_Work to be completed_
In the material below, find the line with "f 78 254 76" and the line with "f 97 199 200", then output those two lines and every line between them, exactly.
──────── Records ────────
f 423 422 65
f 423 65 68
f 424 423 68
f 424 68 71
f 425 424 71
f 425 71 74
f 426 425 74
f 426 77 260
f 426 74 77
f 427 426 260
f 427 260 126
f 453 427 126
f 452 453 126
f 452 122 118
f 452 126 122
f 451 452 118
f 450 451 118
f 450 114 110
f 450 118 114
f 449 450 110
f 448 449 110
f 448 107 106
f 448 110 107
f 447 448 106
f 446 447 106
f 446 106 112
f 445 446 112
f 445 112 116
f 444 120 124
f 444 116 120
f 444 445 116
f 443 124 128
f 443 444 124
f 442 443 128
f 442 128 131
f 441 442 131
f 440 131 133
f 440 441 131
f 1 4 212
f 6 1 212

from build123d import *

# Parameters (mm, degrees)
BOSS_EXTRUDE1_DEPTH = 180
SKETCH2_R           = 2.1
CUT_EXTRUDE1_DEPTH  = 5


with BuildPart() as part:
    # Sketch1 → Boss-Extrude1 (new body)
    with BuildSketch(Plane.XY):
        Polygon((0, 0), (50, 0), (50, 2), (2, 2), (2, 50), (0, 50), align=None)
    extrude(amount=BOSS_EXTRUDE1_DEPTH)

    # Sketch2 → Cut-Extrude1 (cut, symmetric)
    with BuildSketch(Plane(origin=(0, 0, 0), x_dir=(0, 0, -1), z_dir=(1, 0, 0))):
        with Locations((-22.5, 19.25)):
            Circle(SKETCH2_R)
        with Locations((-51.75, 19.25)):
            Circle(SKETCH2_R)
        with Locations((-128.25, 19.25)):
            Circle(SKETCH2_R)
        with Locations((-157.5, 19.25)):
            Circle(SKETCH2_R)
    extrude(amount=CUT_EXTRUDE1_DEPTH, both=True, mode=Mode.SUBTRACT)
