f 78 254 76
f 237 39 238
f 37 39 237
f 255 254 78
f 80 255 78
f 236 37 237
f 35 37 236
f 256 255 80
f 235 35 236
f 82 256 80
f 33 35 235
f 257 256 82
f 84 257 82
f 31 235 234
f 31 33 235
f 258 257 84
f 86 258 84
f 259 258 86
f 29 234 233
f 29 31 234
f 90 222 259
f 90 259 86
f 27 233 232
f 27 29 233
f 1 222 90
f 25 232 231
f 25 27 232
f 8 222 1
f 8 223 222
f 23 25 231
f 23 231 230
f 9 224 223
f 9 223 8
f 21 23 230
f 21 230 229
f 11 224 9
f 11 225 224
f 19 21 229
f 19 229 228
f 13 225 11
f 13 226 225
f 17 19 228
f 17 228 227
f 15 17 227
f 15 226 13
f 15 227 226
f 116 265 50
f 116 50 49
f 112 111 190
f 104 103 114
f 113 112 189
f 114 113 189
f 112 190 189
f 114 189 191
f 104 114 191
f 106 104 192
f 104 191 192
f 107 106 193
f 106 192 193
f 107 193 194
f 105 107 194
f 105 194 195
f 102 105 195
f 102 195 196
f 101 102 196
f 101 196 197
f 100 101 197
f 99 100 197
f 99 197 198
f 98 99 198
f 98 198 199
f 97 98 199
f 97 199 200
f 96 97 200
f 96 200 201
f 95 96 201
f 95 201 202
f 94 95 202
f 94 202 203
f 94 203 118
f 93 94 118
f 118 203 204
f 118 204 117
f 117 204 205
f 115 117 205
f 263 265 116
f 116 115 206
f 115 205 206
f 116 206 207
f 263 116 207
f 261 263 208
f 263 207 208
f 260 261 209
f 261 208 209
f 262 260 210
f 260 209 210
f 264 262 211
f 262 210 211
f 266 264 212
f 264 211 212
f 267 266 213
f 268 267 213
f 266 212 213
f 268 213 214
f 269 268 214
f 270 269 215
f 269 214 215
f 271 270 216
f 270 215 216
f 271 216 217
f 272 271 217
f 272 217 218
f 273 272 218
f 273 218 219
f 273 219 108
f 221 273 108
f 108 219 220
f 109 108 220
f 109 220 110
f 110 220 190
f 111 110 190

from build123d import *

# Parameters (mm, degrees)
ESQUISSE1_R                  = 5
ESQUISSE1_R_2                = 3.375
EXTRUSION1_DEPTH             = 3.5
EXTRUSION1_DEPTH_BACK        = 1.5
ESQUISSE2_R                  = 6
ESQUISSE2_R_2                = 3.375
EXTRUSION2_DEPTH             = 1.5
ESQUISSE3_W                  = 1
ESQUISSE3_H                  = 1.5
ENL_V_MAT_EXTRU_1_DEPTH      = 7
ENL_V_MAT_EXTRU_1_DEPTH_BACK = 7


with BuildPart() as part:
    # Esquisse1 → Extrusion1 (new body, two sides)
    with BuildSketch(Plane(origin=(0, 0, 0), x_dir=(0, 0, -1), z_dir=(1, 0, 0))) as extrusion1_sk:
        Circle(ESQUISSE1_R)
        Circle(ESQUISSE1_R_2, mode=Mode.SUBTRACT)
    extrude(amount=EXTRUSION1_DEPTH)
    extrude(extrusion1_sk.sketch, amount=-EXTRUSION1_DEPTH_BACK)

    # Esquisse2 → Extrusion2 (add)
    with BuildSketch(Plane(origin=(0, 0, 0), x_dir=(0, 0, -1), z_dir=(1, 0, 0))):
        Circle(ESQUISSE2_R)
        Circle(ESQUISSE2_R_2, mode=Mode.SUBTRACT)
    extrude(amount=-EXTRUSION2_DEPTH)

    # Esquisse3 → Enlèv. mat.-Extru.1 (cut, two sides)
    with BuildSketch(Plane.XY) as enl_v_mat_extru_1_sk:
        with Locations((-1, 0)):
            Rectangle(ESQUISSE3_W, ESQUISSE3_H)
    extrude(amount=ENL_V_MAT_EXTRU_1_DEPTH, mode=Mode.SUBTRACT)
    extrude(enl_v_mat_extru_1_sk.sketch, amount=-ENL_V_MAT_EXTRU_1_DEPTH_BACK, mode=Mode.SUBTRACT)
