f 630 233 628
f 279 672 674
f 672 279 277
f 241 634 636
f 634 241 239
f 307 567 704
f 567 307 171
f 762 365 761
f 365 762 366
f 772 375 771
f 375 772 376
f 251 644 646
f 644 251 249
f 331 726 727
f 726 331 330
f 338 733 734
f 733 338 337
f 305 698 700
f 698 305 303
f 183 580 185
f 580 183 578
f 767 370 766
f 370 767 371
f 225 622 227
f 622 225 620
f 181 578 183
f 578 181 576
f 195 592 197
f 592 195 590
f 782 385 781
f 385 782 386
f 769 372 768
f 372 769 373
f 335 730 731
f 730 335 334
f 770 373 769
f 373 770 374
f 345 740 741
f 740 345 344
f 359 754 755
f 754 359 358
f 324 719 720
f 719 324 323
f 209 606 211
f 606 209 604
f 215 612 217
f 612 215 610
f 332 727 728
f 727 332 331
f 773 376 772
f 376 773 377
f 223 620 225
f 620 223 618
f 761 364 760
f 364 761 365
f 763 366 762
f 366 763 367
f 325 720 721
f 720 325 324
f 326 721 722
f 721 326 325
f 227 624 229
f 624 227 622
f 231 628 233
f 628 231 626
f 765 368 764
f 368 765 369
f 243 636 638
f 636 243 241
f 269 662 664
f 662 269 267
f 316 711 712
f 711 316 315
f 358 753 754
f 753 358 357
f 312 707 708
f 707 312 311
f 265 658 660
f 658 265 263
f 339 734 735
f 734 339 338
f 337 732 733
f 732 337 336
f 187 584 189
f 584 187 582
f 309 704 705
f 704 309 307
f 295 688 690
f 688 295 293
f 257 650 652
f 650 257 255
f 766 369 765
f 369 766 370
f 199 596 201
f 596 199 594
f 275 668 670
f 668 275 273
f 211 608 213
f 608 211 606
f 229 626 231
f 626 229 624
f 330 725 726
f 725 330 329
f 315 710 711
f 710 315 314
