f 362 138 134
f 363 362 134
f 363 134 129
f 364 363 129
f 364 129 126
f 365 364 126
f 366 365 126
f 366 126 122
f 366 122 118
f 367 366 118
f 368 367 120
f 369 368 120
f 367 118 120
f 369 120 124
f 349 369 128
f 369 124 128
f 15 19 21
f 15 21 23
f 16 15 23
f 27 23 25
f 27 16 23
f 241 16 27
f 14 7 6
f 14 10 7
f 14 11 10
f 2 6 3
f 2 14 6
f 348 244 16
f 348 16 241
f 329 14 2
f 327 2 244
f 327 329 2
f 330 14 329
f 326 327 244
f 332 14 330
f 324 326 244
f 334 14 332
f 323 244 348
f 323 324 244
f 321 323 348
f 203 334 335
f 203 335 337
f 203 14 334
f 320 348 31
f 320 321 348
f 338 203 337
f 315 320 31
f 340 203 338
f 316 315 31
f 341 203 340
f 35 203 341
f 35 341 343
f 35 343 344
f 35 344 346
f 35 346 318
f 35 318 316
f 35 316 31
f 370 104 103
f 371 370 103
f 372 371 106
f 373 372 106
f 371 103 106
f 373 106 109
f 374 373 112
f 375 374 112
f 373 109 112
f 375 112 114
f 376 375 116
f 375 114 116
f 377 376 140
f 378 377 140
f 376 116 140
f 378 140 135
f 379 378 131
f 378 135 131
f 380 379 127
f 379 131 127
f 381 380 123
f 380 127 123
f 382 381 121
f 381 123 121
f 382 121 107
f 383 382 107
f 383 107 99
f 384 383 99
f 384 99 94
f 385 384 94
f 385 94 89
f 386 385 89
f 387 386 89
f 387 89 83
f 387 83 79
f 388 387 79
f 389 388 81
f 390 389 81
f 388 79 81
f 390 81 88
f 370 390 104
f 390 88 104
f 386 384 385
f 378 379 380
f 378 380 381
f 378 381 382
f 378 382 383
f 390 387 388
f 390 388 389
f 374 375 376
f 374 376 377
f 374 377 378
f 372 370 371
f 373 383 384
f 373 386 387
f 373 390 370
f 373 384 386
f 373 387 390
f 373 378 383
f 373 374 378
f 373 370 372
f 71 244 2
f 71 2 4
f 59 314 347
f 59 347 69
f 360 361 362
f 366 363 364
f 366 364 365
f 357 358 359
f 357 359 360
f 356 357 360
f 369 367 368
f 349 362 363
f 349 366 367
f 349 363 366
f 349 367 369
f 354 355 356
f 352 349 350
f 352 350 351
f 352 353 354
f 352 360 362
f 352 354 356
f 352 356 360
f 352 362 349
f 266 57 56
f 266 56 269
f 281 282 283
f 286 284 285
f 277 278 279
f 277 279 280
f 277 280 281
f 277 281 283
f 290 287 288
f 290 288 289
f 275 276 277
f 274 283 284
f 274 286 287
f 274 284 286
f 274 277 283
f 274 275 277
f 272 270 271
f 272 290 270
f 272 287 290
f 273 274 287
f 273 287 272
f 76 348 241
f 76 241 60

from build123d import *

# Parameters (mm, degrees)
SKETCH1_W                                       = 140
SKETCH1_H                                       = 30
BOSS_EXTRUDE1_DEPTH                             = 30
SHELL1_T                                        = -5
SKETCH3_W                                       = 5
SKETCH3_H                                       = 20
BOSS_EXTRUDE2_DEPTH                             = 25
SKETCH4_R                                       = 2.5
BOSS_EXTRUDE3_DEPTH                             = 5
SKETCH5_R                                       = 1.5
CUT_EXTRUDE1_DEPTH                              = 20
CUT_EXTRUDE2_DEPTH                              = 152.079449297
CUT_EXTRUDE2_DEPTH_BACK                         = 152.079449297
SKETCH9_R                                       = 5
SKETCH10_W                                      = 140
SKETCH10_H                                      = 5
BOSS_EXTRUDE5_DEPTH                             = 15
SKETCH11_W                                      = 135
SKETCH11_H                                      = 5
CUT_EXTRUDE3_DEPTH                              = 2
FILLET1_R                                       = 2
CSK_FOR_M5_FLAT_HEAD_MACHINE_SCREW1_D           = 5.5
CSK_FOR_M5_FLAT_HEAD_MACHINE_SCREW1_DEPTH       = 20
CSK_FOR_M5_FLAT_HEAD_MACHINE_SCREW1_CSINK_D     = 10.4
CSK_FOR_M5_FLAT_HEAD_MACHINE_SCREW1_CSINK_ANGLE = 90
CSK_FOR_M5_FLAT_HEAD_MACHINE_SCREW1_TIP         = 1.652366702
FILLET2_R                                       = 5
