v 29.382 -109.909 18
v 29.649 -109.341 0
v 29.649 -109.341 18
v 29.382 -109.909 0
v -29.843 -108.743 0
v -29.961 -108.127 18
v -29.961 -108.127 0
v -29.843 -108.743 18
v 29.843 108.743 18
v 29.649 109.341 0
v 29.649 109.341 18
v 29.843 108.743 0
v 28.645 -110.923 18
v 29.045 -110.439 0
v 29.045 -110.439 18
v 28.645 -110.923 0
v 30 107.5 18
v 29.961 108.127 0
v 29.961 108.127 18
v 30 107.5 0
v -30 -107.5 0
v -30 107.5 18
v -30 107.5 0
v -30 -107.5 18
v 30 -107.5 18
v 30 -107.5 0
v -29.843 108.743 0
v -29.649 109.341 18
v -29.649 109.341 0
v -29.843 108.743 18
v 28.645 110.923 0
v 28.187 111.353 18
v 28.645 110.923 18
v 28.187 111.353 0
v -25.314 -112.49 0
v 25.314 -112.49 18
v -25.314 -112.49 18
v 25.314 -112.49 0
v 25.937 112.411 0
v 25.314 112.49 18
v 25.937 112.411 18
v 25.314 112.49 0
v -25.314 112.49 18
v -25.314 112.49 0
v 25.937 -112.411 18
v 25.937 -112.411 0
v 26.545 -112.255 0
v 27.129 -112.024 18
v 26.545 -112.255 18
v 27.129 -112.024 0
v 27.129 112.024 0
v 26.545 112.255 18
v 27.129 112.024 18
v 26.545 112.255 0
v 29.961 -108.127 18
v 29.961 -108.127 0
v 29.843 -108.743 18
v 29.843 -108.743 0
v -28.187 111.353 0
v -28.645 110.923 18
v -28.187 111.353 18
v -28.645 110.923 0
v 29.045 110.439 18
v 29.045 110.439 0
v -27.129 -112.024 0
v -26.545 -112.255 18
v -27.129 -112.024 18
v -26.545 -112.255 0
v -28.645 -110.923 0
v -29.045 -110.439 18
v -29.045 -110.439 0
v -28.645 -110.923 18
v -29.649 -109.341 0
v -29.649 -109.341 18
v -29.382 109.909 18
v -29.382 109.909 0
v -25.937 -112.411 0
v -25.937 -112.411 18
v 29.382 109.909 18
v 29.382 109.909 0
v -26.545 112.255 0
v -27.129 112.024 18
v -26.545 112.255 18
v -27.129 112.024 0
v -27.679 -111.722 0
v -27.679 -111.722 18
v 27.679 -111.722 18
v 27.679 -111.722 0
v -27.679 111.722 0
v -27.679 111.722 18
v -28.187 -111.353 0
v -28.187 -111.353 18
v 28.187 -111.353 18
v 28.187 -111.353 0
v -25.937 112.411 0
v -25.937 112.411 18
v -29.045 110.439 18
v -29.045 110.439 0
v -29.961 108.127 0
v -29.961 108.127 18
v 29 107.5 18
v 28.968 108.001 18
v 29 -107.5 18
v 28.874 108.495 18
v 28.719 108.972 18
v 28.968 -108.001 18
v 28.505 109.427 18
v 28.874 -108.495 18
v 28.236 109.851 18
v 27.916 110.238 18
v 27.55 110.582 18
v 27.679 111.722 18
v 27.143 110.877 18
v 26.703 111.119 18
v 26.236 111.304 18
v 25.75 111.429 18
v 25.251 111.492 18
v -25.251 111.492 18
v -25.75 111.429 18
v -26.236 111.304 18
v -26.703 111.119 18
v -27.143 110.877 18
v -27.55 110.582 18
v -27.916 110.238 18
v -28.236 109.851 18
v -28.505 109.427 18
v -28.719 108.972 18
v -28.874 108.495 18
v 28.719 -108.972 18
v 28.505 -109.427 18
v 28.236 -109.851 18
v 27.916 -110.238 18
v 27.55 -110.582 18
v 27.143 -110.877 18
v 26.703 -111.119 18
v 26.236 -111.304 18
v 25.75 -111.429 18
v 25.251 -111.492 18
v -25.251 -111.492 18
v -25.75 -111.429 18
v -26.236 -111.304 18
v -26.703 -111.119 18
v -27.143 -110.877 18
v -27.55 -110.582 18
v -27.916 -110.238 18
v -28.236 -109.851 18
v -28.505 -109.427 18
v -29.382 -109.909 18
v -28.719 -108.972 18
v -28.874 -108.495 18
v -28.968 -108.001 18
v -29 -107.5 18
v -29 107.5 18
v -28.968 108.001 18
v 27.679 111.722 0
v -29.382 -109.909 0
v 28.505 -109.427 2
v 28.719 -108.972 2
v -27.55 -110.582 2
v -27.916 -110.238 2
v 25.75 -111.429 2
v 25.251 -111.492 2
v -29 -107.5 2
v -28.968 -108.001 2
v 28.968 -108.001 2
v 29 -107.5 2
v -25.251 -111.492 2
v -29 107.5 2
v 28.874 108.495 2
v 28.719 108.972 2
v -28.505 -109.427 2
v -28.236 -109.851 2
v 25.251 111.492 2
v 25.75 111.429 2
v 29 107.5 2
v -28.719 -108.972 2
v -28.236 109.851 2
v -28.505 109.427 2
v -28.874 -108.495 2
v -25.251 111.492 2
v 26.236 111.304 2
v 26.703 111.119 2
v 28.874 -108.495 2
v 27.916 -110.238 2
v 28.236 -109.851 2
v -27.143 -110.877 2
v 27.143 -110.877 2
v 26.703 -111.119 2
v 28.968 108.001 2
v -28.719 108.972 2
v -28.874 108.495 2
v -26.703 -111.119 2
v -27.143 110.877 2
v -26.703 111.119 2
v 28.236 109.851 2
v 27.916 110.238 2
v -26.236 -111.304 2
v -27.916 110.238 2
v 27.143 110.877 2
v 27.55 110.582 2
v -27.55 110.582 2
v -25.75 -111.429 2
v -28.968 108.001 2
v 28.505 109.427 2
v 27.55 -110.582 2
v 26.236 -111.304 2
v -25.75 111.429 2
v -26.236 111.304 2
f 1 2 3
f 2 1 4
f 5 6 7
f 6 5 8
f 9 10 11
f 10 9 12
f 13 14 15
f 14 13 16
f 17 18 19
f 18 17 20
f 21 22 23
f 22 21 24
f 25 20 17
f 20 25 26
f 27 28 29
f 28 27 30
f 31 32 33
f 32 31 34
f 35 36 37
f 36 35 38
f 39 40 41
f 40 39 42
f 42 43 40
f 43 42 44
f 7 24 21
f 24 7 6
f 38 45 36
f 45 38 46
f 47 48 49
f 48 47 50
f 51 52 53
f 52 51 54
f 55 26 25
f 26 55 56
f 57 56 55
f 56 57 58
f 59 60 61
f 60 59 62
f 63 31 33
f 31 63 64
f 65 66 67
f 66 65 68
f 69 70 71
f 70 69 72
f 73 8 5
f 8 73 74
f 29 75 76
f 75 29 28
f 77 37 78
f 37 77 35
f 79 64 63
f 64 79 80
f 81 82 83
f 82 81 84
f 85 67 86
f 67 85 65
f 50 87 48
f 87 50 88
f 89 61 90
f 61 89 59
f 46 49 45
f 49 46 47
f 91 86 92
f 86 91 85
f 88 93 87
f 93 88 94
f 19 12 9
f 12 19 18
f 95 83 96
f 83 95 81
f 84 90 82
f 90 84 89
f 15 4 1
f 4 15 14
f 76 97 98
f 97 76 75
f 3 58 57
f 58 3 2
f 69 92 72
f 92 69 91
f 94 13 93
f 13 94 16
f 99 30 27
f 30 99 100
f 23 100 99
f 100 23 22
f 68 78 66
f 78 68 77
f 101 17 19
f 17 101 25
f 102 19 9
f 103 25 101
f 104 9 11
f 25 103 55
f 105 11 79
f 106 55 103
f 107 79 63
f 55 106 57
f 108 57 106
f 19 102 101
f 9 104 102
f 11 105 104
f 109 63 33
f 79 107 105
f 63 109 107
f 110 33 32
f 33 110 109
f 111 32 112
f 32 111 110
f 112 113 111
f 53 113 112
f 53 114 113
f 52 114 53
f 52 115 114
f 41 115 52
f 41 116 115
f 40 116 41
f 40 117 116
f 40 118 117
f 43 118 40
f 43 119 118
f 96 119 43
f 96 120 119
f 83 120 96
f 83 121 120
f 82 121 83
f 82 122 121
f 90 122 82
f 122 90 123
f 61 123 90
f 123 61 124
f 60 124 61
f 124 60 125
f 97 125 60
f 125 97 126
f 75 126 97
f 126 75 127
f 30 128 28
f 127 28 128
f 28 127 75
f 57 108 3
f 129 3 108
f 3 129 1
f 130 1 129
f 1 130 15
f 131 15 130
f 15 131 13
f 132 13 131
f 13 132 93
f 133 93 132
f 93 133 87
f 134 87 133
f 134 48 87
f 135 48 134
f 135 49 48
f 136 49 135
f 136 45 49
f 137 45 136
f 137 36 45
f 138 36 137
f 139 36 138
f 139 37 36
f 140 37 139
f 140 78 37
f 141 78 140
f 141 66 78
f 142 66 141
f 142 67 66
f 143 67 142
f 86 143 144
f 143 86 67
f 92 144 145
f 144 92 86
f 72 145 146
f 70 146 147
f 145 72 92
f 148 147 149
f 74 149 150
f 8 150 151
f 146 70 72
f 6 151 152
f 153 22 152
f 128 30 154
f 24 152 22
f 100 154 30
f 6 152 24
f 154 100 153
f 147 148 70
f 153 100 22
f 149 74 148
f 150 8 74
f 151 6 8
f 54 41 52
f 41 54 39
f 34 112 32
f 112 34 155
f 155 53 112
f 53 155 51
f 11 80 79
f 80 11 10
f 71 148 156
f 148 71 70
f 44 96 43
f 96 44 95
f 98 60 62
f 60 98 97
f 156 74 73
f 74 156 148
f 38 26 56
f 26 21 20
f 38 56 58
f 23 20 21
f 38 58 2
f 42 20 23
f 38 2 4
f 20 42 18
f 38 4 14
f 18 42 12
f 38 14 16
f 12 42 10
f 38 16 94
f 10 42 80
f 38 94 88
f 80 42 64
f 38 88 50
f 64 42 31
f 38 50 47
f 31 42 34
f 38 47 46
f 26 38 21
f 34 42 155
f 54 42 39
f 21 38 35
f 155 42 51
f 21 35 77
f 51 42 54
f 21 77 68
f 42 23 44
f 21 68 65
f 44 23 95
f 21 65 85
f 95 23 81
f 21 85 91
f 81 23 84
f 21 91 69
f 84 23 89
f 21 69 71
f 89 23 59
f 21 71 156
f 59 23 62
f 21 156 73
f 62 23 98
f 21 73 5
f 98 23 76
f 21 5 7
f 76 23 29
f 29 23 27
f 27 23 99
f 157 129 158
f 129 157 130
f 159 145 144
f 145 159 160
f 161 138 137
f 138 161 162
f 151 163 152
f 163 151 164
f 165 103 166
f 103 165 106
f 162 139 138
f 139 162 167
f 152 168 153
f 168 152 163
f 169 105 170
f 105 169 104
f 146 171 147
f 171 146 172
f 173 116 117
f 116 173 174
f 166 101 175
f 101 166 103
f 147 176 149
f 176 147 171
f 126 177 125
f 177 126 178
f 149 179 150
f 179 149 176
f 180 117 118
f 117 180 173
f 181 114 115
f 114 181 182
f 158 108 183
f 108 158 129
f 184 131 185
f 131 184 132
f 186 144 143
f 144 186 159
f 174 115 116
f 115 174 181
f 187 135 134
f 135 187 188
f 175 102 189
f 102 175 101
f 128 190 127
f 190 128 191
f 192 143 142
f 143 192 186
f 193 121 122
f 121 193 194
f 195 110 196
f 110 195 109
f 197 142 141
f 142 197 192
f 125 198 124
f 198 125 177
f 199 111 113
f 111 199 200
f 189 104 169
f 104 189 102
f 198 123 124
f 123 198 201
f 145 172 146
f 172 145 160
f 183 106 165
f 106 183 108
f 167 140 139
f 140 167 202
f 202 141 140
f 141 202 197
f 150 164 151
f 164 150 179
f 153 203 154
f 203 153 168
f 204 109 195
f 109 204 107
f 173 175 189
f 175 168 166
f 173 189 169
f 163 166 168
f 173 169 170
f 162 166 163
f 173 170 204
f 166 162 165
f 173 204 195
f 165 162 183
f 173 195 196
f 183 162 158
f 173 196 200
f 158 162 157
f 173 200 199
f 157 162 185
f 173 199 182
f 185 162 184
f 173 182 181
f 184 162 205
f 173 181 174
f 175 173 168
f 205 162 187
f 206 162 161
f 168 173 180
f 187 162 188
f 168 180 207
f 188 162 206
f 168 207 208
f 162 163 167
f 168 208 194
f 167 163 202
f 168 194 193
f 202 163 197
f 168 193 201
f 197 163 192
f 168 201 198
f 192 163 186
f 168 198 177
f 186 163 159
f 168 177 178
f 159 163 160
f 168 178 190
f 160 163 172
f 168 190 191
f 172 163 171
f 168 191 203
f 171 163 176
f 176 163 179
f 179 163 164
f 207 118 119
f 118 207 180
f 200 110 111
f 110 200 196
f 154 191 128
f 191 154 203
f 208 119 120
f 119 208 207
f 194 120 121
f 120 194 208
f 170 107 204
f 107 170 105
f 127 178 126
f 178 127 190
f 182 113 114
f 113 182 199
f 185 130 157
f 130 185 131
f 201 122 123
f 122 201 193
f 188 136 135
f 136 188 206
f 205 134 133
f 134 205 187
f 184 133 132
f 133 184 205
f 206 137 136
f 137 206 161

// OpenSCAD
$fn = 50;


difference() {
	union() {
		hull() {
			translate(v = [-25.0000000000, 107.5000000000, 0]) {
				cylinder(h = 18, r = 5);
			}
			translate(v = [25.0000000000, 107.5000000000, 0]) {
				cylinder(h = 18, r = 5);
			}
			translate(v = [-25.0000000000, -107.5000000000, 0]) {
				cylinder(h = 18, r = 5);
			}
			translate(v = [25.0000000000, -107.5000000000, 0]) {
				cylinder(h = 18, r = 5);
			}
		}
	}
	union() {
		translate(v = [0, 0, 2]) {
			hull() {
				translate(v = [-25.0000000000, 107.5000000000, 0]) {
					cylinder(h = 16, r = 4);
				}
				translate(v = [25.0000000000, 107.5000000000, 0]) {
					cylinder(h = 16, r = 4);
				}
				translate(v = [-25.0000000000, -107.5000000000, 0]) {
					cylinder(h = 16, r = 4);
				}
				translate(v = [25.0000000000, -107.5000000000, 0]) {
					cylinder(h = 16, r = 4);
				}
			}
		}
	}
}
────────
_Expected output_
f 78 254 76
f 237 39 238
f 37 39 237
f 255 254 78
f 80 255 78
f 236 37 237
f 35 37 236
f 256 255 80
f 235 35 236
f 82 256 80
f 33 35 235
f 257 256 82
f 84 257 82
f 31 235 234
f 31 33 235
f 258 257 84
f 86 258 84
f 259 258 86
f 29 234 233
f 29 31 234
f 90 222 259
f 90 259 86
f 27 233 232
f 27 29 233
f 1 222 90
f 25 232 231
f 25 27 232
f 8 222 1
f 8 223 222
f 23 25 231
f 23 231 230
f 9 224 223
f 9 223 8
f 21 23 230
f 21 230 229
f 11 224 9
f 11 225 224
f 19 21 229
f 19 229 228
f 13 225 11
f 13 226 225
f 17 19 228
f 17 228 227
f 15 17 227
f 15 226 13
f 15 227 226
f 116 265 50
f 116 50 49
f 112 111 190
f 104 103 114
f 113 112 189
f 114 113 189
f 112 190 189
f 114 189 191
f 104 114 191
f 106 104 192
f 104 191 192
f 107 106 193
f 106 192 193
f 107 193 194
f 105 107 194
f 105 194 195
f 102 105 195
f 102 195 196
f 101 102 196
f 101 196 197
f 100 101 197
f 99 100 197
f 99 197 198
f 98 99 198
f 98 198 199
f 97 98 199
f 97 199 200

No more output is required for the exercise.